▶ _Exercise goal_:
Search the entries for the word "points". Copy every line where it turns up.

Top of Given records

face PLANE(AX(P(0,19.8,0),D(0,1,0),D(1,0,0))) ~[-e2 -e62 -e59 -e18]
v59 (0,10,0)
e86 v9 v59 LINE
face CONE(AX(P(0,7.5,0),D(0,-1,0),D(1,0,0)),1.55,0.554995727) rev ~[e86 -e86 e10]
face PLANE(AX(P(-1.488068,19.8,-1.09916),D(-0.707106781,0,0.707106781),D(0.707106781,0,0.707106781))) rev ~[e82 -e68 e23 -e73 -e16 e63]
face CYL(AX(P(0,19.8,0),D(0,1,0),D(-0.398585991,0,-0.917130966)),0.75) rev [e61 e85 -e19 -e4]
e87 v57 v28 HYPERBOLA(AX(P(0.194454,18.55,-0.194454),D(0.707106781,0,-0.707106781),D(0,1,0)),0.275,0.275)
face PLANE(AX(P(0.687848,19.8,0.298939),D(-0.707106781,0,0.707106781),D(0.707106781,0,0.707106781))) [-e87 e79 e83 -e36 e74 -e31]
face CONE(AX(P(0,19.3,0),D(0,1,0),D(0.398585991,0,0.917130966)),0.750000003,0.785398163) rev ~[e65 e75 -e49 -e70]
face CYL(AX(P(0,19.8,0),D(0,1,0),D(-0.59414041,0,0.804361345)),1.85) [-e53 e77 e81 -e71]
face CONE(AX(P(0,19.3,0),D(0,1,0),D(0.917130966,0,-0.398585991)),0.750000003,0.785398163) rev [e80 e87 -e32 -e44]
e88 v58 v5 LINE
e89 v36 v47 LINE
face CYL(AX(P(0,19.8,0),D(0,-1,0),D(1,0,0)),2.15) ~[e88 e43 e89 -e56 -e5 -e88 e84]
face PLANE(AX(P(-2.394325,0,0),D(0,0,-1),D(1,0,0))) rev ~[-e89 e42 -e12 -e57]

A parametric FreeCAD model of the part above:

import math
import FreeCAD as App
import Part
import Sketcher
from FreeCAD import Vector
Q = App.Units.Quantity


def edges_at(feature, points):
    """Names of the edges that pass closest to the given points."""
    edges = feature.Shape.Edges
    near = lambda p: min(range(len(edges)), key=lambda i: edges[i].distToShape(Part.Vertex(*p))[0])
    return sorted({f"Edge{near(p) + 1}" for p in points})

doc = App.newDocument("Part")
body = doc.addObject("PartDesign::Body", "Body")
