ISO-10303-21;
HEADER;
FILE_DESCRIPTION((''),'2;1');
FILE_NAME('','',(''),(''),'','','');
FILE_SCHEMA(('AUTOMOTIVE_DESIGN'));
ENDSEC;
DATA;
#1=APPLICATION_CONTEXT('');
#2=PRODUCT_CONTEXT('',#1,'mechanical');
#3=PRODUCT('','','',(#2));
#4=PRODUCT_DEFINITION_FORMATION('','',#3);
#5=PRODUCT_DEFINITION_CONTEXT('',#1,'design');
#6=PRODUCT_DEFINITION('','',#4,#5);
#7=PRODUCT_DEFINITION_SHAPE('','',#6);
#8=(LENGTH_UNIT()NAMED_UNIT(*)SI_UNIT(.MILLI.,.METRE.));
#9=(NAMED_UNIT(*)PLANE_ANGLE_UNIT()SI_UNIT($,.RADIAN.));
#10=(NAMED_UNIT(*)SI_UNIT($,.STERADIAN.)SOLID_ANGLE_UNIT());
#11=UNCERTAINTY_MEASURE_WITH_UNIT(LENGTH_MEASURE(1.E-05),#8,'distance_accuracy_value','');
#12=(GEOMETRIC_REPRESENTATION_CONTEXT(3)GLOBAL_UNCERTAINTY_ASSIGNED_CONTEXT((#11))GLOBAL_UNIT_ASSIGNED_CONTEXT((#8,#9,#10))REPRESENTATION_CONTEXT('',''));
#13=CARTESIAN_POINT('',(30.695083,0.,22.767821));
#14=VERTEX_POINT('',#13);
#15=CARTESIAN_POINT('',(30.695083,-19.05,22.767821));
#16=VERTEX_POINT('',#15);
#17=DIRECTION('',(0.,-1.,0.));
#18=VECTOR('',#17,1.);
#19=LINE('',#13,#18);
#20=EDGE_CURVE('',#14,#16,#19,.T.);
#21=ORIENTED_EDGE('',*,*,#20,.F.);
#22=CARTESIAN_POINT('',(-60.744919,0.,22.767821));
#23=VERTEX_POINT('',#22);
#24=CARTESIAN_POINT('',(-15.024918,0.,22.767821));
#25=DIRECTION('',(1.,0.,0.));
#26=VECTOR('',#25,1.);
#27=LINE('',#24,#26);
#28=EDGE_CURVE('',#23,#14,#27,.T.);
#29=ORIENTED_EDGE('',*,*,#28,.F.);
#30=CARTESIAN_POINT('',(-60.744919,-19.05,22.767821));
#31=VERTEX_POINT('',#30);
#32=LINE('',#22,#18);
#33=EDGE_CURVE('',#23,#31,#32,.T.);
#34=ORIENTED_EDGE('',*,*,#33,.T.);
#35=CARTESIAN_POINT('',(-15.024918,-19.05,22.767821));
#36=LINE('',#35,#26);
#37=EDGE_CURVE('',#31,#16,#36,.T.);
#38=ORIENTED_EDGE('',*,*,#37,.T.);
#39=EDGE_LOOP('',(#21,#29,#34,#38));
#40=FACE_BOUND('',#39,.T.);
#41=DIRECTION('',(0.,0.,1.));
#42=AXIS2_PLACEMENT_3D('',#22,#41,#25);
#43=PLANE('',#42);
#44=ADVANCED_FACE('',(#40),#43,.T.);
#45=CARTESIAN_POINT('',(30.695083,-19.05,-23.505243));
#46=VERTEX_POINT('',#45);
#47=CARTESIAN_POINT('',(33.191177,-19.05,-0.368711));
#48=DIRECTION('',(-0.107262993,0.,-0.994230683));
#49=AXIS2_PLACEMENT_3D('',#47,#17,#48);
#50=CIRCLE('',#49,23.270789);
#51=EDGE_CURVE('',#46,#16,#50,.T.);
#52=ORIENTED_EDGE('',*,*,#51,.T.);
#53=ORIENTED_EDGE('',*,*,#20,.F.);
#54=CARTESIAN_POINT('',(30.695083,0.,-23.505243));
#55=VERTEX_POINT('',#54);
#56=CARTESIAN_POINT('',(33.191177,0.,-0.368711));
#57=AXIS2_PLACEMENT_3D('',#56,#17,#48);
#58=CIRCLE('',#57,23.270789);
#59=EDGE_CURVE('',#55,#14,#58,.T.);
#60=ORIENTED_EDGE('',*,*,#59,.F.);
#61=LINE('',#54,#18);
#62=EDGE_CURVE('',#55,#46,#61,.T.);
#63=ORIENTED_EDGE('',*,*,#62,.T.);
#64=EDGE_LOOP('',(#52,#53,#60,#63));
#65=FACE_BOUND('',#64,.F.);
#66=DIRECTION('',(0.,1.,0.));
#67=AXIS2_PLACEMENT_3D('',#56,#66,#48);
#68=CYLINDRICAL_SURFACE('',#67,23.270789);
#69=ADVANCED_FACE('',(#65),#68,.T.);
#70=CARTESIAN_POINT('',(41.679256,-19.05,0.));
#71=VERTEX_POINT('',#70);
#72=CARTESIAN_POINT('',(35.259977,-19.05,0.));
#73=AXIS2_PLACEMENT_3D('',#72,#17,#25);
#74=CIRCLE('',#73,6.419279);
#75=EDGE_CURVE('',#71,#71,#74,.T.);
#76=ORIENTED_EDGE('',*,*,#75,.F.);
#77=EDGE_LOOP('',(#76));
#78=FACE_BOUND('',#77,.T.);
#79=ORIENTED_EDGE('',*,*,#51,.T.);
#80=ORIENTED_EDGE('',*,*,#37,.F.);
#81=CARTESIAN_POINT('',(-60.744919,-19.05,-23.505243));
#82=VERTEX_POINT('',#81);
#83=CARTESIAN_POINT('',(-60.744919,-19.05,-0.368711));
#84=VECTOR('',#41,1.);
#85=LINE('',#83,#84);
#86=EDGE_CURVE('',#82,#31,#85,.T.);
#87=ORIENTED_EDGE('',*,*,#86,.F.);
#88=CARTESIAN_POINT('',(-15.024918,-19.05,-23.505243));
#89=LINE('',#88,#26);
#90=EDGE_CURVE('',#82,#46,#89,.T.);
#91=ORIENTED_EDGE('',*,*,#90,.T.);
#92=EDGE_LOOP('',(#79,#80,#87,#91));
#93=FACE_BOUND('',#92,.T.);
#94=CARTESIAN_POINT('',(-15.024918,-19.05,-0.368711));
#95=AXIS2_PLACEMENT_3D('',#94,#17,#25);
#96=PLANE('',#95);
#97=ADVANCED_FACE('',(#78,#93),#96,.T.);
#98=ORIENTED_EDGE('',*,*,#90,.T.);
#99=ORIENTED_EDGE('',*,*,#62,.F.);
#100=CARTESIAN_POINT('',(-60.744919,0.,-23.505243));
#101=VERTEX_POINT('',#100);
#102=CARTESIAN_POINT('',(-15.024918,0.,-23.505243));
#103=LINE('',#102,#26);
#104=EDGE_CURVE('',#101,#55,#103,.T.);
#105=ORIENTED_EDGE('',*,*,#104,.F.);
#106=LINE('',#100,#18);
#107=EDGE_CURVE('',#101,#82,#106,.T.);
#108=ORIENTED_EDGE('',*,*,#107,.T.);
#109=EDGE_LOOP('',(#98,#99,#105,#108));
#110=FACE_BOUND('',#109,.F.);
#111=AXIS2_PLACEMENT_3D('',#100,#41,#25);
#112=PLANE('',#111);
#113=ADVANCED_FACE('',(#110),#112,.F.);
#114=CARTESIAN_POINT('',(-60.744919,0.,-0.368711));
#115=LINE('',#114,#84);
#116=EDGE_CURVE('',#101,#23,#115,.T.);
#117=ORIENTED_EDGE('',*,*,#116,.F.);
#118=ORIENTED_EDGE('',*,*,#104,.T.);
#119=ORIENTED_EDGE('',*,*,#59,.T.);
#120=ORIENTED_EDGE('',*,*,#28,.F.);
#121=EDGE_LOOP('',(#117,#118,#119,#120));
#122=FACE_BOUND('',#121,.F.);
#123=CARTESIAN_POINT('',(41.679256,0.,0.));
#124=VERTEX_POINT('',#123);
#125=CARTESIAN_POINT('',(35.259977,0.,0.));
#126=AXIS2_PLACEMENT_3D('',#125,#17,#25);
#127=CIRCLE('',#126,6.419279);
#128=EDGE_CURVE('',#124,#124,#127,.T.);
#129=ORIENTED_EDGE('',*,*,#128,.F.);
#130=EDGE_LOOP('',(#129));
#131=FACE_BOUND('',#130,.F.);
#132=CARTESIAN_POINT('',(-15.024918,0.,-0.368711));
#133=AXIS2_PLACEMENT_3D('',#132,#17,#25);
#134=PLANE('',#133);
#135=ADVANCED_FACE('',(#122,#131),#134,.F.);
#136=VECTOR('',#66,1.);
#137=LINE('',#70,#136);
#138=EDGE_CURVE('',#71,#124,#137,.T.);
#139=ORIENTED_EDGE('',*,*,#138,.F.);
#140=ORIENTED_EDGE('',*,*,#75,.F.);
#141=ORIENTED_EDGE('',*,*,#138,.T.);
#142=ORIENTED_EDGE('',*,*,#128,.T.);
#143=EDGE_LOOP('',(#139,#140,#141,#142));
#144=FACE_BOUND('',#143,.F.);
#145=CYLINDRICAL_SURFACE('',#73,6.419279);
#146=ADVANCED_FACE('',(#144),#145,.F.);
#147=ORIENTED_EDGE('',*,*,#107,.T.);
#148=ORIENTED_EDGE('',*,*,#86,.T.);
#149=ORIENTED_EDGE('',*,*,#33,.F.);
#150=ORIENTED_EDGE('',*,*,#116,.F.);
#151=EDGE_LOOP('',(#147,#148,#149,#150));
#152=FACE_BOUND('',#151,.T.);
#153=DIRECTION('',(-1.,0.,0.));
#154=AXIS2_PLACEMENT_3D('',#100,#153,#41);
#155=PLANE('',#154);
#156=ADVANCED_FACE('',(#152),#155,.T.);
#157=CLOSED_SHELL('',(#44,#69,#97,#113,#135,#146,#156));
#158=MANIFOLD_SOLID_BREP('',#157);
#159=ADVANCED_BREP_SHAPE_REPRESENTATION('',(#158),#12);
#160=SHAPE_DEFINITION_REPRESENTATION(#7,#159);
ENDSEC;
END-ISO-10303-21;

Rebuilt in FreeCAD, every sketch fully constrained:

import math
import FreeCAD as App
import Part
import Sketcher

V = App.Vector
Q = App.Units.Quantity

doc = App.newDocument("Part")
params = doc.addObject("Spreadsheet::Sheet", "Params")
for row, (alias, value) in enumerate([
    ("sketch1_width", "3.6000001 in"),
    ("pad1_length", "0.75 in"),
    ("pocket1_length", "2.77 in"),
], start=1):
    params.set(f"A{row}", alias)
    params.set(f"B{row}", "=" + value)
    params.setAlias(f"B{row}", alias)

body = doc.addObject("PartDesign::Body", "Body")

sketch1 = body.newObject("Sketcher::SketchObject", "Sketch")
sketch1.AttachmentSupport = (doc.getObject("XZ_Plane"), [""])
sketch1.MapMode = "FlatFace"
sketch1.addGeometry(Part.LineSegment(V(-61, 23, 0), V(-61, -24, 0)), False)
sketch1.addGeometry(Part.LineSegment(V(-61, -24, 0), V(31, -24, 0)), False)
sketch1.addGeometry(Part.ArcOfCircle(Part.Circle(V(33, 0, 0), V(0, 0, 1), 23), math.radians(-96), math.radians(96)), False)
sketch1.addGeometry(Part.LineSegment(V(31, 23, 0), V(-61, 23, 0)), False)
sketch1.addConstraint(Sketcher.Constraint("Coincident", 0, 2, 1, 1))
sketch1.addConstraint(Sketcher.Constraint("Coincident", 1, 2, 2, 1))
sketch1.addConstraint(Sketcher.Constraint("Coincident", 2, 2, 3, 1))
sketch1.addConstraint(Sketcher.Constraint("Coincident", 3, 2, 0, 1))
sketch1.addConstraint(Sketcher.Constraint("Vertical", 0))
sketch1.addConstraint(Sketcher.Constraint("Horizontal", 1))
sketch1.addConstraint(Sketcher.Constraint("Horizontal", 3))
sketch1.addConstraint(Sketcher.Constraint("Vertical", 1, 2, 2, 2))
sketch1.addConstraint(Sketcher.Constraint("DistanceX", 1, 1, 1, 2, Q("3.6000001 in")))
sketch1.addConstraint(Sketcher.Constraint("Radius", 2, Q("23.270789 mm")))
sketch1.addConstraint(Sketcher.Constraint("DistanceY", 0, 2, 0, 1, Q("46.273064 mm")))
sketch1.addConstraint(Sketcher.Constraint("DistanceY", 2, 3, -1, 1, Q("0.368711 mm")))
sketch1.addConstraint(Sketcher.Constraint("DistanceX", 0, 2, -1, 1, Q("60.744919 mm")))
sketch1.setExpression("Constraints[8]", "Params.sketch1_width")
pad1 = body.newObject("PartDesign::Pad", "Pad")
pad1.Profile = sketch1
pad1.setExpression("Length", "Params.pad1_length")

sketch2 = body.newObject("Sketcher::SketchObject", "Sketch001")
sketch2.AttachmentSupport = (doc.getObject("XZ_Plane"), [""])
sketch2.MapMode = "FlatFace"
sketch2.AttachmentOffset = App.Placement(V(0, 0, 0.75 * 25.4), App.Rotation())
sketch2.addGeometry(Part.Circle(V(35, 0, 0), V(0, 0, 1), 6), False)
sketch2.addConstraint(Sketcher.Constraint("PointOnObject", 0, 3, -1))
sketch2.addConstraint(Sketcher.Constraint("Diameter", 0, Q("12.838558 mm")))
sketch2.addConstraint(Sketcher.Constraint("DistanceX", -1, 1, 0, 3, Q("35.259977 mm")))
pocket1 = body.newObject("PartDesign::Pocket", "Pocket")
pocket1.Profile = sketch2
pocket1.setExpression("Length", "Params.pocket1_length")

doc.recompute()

Bottom of Given records

▶ _Task result_:
def edges_at(feature, points):
    """Names of the edges that pass closest to the given points."""
    return sorted({f"Edge{near(p) + 1}" for p in points})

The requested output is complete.